Figure 1: Examples of personalization tasks that can be solved by GDMix
Introduction to personalization
Personalization in the context of ranking modeling for search and recommender systems means ranking items according to the interests of an individual or a specific group. This technique is widely used in the social network and e-commerce industry to improve user satisfaction.
Personalization exists in many LinkedIn products. When a member does a search on linkedin.com, the results are generated by considering the member’s features, such as network connections, past interactions with other members, past or current companies and colleagues, etc. These personal signals help to retrieve relevant documents and rank them in the right order. The value of personalization is more obvious when the member’s intent is implicit, e.g., no query is given. For example, LinkedIn’s People You May Know and Jobs You May Be Interested In are two products where the member’s profile, networks, and activities on LinkedIn are used to generate a list of relevant member profiles or job postings.
One method to create personalized models is to include features that reflect individuality. Let’s consider job recommendations for two of our members, Alice and Bob. They both live in the San Francisco Bay Area and have similar profiles. Both are recent college graduates with a bachelor’s degree in computer science. Alice wants to stay close to home, while Bob isn’t opposed to relocation. If the geo-matching between profile location and job location is a feature in the job ranking model, then this feature should carry different weight for Alice and Bob. This, however, is impossible because we can only assign one value to a feature. Personalized features come to rescue in this instance.
We can achieve personalized features by crossing the existing features with entity IDs, resulting in a set of new features specific to the entity IDs. In the example above, if we cross the geo-matching feature with member ID, we arrive at two features: “Alice_geo-matching” and “Bob_geo-matching.” It is now possible to assign two different weights for this feature.

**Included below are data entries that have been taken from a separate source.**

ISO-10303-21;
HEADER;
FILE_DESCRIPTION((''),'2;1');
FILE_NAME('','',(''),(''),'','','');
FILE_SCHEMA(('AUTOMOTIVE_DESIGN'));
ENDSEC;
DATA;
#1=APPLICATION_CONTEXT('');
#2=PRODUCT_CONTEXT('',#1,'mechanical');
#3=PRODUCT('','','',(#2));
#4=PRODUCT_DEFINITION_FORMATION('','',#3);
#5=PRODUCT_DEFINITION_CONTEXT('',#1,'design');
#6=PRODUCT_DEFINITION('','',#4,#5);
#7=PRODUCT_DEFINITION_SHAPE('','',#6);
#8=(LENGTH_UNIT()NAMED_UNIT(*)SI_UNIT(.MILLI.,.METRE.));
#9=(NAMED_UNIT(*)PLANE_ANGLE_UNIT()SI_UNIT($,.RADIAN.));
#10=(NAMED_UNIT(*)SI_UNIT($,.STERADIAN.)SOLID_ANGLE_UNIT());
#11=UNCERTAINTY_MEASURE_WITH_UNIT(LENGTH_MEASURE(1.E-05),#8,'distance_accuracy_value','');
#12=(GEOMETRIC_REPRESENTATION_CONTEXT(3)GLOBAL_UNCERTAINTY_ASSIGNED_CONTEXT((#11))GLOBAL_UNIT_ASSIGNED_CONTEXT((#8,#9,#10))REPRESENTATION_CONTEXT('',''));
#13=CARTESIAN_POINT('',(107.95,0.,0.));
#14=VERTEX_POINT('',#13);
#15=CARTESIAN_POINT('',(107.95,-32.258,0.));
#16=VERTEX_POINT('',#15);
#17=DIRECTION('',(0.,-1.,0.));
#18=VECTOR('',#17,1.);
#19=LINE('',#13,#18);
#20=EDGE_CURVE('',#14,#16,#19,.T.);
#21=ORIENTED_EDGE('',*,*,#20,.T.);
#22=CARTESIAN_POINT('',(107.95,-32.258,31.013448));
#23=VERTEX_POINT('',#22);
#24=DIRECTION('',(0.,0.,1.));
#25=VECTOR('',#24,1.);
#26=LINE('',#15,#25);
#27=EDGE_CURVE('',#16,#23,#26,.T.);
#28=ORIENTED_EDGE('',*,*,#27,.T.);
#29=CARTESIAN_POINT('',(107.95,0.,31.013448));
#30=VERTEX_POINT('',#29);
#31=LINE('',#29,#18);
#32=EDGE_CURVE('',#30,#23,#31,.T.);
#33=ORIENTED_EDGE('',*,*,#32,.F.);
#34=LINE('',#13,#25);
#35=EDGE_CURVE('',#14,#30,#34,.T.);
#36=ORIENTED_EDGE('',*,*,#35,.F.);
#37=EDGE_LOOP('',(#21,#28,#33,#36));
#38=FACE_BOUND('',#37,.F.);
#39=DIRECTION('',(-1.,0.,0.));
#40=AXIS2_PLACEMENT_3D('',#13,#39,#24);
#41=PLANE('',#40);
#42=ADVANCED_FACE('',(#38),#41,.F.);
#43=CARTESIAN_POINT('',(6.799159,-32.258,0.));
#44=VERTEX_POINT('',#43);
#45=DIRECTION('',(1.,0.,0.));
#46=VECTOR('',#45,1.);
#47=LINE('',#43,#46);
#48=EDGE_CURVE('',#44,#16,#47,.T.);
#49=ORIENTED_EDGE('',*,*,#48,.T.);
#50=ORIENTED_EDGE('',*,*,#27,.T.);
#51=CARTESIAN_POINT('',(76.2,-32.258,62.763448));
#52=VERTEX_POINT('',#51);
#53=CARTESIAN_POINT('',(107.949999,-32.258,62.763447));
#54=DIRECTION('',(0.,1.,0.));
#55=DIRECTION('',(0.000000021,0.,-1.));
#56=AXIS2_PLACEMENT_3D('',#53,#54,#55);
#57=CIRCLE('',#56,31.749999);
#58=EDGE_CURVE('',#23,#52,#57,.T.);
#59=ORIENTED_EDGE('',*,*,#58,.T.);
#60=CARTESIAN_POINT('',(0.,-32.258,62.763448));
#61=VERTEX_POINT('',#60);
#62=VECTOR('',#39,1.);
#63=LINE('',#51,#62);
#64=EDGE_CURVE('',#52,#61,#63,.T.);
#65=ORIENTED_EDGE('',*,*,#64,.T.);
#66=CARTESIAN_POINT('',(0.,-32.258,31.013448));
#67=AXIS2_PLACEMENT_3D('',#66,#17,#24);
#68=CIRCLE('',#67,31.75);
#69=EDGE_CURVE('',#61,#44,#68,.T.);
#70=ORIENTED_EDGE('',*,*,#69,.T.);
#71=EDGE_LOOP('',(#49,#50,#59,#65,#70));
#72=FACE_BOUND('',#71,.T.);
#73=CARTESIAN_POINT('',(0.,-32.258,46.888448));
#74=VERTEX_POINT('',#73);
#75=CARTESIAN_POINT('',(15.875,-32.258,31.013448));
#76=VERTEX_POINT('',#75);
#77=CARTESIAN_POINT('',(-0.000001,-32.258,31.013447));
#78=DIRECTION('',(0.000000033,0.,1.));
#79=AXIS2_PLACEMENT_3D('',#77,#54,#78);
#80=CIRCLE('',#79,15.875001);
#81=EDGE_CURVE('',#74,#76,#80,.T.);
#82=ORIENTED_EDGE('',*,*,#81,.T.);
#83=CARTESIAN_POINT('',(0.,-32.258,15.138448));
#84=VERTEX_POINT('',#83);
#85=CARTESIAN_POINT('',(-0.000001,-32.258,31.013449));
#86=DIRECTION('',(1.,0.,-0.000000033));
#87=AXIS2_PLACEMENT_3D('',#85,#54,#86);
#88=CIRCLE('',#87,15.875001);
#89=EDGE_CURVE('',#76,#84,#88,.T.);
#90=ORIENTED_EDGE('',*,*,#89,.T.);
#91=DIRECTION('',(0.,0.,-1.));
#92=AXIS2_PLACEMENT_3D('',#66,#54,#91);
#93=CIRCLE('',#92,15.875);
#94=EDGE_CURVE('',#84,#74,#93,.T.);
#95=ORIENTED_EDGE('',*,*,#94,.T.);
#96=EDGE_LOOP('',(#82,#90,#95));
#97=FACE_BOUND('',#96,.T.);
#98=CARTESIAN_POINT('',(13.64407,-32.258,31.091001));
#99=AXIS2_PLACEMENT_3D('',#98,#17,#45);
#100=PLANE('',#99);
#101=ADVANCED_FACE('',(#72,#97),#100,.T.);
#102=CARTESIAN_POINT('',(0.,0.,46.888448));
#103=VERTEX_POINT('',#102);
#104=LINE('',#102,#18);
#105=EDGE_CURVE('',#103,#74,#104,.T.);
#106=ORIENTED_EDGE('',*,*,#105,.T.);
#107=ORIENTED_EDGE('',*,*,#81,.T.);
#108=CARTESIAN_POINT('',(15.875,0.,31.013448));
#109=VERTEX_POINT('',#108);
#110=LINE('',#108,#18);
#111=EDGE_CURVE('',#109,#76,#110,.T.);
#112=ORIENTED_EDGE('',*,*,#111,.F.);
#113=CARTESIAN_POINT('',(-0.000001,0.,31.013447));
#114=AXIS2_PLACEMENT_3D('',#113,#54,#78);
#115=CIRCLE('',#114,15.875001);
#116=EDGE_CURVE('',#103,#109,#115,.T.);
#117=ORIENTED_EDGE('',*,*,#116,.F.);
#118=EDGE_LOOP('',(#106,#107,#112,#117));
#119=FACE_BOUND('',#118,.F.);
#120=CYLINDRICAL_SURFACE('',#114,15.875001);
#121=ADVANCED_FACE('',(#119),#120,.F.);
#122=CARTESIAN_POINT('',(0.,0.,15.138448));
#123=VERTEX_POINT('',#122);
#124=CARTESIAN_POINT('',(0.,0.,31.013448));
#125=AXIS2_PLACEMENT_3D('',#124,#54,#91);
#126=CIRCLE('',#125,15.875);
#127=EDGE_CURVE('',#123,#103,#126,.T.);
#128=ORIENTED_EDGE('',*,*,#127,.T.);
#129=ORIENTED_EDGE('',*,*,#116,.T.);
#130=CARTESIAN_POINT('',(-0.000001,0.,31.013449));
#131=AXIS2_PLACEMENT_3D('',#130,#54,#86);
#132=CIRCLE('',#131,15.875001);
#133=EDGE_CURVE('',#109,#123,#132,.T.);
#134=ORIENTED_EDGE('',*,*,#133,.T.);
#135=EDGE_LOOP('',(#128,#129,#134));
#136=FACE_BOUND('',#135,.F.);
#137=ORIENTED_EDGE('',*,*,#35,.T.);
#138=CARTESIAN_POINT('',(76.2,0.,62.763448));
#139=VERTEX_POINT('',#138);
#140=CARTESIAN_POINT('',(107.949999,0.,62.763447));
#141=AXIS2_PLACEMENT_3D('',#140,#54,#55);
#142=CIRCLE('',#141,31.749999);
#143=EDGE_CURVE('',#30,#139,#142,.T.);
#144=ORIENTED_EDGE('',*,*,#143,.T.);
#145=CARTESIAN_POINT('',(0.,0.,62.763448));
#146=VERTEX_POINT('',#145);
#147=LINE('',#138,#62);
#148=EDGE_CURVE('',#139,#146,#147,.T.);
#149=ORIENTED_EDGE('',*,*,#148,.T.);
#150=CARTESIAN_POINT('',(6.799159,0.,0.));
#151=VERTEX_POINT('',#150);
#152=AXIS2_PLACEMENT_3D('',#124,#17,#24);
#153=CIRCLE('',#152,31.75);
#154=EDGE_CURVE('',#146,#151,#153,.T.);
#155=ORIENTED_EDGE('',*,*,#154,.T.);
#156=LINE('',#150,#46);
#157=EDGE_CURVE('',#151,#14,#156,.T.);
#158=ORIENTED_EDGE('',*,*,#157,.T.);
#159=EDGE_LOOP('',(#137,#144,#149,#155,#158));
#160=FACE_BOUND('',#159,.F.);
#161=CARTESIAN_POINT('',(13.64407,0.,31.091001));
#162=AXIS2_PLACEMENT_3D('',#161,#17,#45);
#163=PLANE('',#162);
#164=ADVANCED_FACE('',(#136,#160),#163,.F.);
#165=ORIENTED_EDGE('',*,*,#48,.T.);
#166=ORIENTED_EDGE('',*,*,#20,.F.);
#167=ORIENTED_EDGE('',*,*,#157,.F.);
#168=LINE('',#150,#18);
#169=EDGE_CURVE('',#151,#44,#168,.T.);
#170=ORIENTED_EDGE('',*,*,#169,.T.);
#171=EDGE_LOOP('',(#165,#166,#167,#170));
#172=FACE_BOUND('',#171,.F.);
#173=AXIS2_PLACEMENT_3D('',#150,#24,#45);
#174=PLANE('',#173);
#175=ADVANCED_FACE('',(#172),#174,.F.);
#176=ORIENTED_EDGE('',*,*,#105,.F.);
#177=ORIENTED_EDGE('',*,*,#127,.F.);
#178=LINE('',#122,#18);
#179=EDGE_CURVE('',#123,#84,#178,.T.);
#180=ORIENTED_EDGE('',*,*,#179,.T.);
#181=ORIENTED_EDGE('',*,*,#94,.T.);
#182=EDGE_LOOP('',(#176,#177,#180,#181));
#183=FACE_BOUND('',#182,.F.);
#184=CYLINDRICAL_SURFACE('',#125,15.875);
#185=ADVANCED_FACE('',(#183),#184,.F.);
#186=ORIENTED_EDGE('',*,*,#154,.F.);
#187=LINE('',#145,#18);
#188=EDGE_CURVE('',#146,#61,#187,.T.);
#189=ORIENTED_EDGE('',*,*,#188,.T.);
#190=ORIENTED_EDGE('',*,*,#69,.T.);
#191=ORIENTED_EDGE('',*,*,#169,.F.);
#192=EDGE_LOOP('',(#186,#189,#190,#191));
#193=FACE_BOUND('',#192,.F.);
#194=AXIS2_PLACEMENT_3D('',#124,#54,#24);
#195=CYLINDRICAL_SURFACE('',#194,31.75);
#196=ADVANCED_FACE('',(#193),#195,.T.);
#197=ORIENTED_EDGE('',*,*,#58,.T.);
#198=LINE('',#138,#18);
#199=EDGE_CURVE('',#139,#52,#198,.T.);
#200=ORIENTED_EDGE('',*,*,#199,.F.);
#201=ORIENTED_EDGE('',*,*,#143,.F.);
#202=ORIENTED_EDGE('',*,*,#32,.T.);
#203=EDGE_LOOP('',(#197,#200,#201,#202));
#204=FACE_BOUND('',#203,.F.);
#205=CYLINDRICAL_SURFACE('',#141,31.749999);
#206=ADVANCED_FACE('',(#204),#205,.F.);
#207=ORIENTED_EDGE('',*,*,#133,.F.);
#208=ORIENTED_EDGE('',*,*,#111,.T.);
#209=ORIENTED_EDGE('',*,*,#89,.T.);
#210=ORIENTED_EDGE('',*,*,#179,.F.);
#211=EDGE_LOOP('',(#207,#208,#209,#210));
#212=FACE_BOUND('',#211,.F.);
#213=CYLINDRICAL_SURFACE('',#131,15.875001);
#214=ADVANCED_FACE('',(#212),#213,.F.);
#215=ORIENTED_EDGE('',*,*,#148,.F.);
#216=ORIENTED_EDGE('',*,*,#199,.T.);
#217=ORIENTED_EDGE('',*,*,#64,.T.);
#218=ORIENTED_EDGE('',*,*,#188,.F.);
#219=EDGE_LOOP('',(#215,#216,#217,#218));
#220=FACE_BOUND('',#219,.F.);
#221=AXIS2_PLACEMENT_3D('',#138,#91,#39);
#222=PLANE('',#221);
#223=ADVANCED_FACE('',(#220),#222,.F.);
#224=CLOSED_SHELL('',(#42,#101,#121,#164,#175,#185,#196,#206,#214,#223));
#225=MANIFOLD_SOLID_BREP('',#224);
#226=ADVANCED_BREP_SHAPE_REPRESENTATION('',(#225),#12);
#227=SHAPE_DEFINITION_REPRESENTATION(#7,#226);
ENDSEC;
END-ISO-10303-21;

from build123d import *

# Parameters (mm, degrees)
F1_DEPTH = 32.258


with BuildPart() as f1:
    # F0 (on Front) → F1 (new body)
    with BuildSketch(Plane.XZ):
        with BuildLine():
            ThreePointArc((0, 46.888448), (11.22532, 42.238768), (15.875, 31.013448))
            ThreePointArc((15.875, 31.013448), (11.22532, 19.788128), (0, 15.138448))
            Line((0, 15.138448), (0, 0))
            Line((0, 0), (6.799159, 0))
            ThreePointArc((6.799159, 0), (24.737985, 11.111322), (31.75, 31.013448))
            ThreePointArc((31.75, 31.013448), (22.45064, 53.464088), (0, 62.763448))
            Line((0, 62.763448), (0, 46.888448))
        make_face()
        with BuildLine():
            ThreePointArc((0, 15.138448), (-15.875, 31.013448), (0, 46.888448))
            Line((0, 46.888448), (0, 62.763448))
            ThreePointArc((0, 62.763448), (-31.565325, 27.593979), (6.799159, 0))
            Line((6.799159, 0), (0, 0))
            Line((0, 0), (0, 15.138448))
        make_face()
        with BuildLine():
            Line((76.2, 62.763448), (0, 62.763448))
            ThreePointArc((0, 62.763448), (22.45064, 53.464088), (31.75, 31.013448))
            ThreePointArc((31.75, 31.013448), (24.737985, 11.111322), (6.799159, 0))
            Line((6.799159, 0), (107.95, 0))
            Line((107.95, 0), (107.95, 31.013448))
            ThreePointArc((107.95, 31.013448), (85.49936, 40.312807), (76.2, 62.763448))
        make_face()
    extrude(amount=F1_DEPTH)


solid = f1.part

On the surface, personalization at the finest granularity is simply solved by crossing the entity IDs with existing features, such that each entity gets a copy of all the features. This approach, however, does not scale. For the job recommendation example, with more than 700 million members and 100 features per job, we end up with a model of 70 billion features. A model of this size can not be easily trained, despite recent advances in computer hardware. GDMix provides a solution to train these models efficiently.

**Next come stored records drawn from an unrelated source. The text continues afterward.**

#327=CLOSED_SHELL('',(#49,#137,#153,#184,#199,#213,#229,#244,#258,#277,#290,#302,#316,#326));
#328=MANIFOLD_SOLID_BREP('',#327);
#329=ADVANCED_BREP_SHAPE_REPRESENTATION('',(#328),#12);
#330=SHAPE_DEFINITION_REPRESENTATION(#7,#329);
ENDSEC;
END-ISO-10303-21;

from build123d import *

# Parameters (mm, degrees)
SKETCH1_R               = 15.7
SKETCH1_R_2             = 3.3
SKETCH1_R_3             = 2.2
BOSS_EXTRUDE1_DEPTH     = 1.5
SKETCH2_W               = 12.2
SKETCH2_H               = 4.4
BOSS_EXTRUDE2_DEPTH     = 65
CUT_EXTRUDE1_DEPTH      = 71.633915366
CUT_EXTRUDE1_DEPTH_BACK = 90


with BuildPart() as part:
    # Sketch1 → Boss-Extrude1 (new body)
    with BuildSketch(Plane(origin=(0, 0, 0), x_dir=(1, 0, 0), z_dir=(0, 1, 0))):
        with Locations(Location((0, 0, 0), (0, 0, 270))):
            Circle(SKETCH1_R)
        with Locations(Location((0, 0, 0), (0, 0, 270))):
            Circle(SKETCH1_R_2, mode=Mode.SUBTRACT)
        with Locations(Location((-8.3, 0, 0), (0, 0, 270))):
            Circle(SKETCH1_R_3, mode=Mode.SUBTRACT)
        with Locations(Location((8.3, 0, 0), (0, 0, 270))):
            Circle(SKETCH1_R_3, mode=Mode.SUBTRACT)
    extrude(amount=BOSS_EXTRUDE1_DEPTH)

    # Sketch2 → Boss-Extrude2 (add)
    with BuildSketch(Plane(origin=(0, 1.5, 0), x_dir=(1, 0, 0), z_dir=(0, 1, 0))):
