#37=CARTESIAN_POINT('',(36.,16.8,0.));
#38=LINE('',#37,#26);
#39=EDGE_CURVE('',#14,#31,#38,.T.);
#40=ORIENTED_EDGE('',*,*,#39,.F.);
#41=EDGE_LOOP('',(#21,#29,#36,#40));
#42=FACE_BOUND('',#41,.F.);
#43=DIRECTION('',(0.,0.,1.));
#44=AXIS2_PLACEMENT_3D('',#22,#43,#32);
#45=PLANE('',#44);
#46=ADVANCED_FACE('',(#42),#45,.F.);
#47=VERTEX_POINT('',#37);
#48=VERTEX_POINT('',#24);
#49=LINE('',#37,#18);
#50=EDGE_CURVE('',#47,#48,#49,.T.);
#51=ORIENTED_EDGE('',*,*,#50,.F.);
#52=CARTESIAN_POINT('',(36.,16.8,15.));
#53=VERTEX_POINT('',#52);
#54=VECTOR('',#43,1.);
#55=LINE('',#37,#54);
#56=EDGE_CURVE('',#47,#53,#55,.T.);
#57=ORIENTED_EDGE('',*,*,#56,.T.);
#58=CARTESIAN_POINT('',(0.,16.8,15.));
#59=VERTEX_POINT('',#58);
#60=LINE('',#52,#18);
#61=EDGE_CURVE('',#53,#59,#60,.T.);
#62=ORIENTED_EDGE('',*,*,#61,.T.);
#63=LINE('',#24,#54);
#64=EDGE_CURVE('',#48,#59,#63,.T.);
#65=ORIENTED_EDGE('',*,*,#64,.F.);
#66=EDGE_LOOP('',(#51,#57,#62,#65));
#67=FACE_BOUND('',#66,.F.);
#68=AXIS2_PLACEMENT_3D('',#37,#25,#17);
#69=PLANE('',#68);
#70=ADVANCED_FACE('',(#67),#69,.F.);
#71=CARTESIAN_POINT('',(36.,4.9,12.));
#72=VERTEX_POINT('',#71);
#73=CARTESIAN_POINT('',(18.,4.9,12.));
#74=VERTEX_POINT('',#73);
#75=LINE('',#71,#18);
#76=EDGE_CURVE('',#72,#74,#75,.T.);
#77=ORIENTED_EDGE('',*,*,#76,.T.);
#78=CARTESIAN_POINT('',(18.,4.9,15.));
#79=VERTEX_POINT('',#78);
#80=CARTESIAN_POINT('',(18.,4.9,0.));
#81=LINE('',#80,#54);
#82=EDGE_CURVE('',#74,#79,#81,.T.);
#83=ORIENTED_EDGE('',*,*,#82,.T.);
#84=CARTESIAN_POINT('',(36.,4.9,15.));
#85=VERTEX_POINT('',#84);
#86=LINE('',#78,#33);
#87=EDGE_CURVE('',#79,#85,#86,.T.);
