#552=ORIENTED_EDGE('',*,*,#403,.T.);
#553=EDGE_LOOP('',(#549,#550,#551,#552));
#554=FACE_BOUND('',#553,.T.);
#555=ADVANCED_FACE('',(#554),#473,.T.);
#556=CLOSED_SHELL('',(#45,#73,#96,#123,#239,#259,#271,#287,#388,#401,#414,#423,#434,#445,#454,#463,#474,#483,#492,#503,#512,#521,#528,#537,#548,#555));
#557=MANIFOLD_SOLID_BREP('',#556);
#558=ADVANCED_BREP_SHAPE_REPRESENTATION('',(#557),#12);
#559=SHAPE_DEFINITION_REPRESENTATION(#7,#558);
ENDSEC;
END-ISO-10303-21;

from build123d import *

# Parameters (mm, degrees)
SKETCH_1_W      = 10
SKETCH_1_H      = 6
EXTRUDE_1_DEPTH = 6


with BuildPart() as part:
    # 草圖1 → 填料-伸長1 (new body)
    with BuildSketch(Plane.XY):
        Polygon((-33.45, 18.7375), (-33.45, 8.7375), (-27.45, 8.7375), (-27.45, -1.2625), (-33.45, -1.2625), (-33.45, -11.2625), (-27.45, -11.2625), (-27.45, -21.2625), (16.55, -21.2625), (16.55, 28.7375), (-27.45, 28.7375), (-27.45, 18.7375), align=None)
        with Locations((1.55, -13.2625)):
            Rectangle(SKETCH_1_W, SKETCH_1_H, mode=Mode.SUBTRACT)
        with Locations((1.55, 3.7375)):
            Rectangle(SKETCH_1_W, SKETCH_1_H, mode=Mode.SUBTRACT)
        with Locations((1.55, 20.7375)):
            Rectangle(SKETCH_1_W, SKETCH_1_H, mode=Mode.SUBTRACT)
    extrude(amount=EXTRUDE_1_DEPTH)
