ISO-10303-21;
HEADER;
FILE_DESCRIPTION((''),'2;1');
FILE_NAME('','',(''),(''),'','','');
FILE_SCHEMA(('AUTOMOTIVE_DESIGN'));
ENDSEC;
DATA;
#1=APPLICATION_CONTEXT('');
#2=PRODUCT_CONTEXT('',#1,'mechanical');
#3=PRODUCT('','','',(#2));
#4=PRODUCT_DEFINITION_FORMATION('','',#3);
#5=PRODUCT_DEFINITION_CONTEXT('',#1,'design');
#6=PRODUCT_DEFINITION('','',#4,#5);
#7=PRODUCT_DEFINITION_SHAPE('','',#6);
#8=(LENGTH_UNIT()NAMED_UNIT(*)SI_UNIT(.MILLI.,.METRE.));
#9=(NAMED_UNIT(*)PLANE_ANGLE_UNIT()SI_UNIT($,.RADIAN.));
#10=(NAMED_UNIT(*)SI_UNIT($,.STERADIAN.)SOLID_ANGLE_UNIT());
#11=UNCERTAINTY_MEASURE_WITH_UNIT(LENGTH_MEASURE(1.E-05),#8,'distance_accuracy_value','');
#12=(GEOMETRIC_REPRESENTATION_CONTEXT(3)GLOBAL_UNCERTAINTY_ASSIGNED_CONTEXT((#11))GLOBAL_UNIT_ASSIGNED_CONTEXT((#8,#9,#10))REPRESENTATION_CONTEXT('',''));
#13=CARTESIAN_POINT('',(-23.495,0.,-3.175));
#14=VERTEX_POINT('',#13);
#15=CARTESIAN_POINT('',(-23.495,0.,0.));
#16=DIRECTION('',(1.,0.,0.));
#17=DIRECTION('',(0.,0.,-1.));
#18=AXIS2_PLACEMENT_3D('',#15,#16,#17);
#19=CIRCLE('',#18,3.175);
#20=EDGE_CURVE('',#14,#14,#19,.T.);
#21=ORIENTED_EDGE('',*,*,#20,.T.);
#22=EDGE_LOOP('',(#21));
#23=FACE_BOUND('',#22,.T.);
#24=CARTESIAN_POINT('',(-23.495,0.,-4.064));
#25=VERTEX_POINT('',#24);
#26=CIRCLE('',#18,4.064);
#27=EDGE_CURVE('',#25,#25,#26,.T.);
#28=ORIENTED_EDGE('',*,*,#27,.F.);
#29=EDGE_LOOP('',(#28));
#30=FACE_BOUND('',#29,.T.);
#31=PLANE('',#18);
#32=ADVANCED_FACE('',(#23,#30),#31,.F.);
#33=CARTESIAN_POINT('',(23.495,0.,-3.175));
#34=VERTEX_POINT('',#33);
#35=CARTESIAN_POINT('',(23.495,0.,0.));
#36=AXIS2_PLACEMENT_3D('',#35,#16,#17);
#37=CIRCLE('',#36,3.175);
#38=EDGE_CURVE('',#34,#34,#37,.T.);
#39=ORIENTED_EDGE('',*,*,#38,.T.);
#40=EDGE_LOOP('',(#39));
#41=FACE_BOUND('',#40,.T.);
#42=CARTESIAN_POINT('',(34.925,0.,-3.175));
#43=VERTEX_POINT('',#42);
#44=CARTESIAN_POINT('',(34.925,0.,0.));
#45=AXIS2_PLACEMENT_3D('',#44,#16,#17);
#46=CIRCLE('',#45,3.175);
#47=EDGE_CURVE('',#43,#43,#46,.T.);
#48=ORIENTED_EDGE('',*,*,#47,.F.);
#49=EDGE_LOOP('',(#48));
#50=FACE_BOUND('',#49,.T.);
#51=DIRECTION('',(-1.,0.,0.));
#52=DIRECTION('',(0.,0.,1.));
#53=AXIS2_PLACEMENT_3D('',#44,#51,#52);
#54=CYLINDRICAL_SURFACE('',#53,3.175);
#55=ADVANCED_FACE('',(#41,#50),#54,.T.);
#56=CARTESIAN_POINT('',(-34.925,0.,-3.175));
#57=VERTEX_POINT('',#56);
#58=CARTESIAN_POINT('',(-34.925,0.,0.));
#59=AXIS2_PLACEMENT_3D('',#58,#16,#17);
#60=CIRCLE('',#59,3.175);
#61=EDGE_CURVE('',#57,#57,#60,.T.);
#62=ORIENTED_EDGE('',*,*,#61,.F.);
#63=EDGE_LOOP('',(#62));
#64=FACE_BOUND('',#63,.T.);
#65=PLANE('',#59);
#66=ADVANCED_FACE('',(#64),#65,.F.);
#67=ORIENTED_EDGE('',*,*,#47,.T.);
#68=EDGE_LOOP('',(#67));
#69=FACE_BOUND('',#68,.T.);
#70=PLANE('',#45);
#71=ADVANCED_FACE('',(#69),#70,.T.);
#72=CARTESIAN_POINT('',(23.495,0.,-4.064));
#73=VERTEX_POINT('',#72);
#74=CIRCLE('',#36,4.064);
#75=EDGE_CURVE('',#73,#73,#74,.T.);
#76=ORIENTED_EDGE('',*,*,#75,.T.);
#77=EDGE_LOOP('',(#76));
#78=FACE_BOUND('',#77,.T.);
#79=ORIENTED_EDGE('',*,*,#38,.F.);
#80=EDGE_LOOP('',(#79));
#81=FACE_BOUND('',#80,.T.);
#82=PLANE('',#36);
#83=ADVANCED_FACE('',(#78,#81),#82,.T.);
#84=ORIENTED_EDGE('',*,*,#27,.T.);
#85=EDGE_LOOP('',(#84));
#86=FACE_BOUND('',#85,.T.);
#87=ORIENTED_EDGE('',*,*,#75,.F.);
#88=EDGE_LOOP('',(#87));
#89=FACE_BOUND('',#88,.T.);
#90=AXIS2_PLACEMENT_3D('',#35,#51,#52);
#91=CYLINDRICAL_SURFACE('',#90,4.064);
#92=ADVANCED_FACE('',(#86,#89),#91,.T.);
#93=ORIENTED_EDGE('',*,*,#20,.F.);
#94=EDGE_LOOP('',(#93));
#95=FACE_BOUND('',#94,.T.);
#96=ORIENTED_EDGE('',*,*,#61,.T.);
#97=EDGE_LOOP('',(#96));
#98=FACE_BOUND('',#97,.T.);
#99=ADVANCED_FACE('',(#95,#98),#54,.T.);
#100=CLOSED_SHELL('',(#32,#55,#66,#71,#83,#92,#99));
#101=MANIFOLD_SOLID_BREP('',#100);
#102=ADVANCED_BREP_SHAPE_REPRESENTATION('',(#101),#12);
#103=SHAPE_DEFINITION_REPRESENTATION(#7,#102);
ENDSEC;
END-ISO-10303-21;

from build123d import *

# Parameters (mm, degrees)
SKETCH1_R           = 3.175
BOSS_EXTRUDE1_DEPTH = 34.925
SKETCH2_R           = 4.064
BOSS_EXTRUDE2_DEPTH = 23.495


with BuildPart() as part:
    # Sketch1 → Boss-Extrude1 (new body, symmetric)
    with BuildSketch(Plane(origin=(0, 0, 0), x_dir=(0, 0, -1), z_dir=(1, 0, 0))):
        Circle(SKETCH1_R)
    extrude(amount=BOSS_EXTRUDE1_DEPTH, both=True)

    # Sketch2 → Boss-Extrude2 (add, symmetric)
    with BuildSketch(Plane(origin=(0, 0, 0), x_dir=(0, 0, -1), z_dir=(1, 0, 0))):
        Circle(SKETCH2_R)
    extrude(amount=BOSS_EXTRUDE2_DEPTH, both=True)


solid = part.part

Mixed model: Fixed effects and random effects
Before we dive into the details of GDMix, let’s first understand what a mixed model is and how it is related to personalization.
A mixed model is a statistical model containing both fixed effects and random effects. The fixed effects set the global trend and the random effects account for the individuality. Let’s go back to the job recommendation example for Alice and Bob. Both of them have “Tensorflow” and “machine learning” listed in their skills. A fixed effect model predicts “machine learning software engineering” jobs are good matches for them. It prevents us from sending irrelevant recommendations such as “sales” jobs to them. The random effect models learn from their past activities that Alice clicked local job postings exclusively, while Bob was not concerned with the job location. These models identify that difference and rank local jobs higher in recommendations to Alice while discounting the importance of job location in recommendations to Bob. It is the combination of fixed effects and random effects that ensures high quality, personalized results.
In the job recommendation example above, we arrived at a model of 70 billion features. GDMix offers an efficient solution to train this model by taking a parallel blockwise coordinate descent approach (Figure 2). The fixed effects and random effects can be regarded as “coordinates.” During each optimization step, we optimize one coordinate at a time and keep the rest constant. By iterating over all the coordinates a few times, we arrive at a solution that is close to the solution to the original problem. The models belonging to each random effect are independent of each other. Thus, we can train them in parallel. In the end, we break down the 70-billion-feature model into 700 million small models that are much easier to tackle individually.
Besides per-entity random effects, GDMix also supports training per-cohort random effects. A cohort is a group of entities that share certain characteristics. For example, all members in a geographical location can be regarded as one cohort. The difficulty with per-cohort random effects is that the number of training examples is usually fairly large compared to per-entity random effects. GDMix can combine multiple cohorts together and solve for the appropriate models for them by using the fixed effect solver.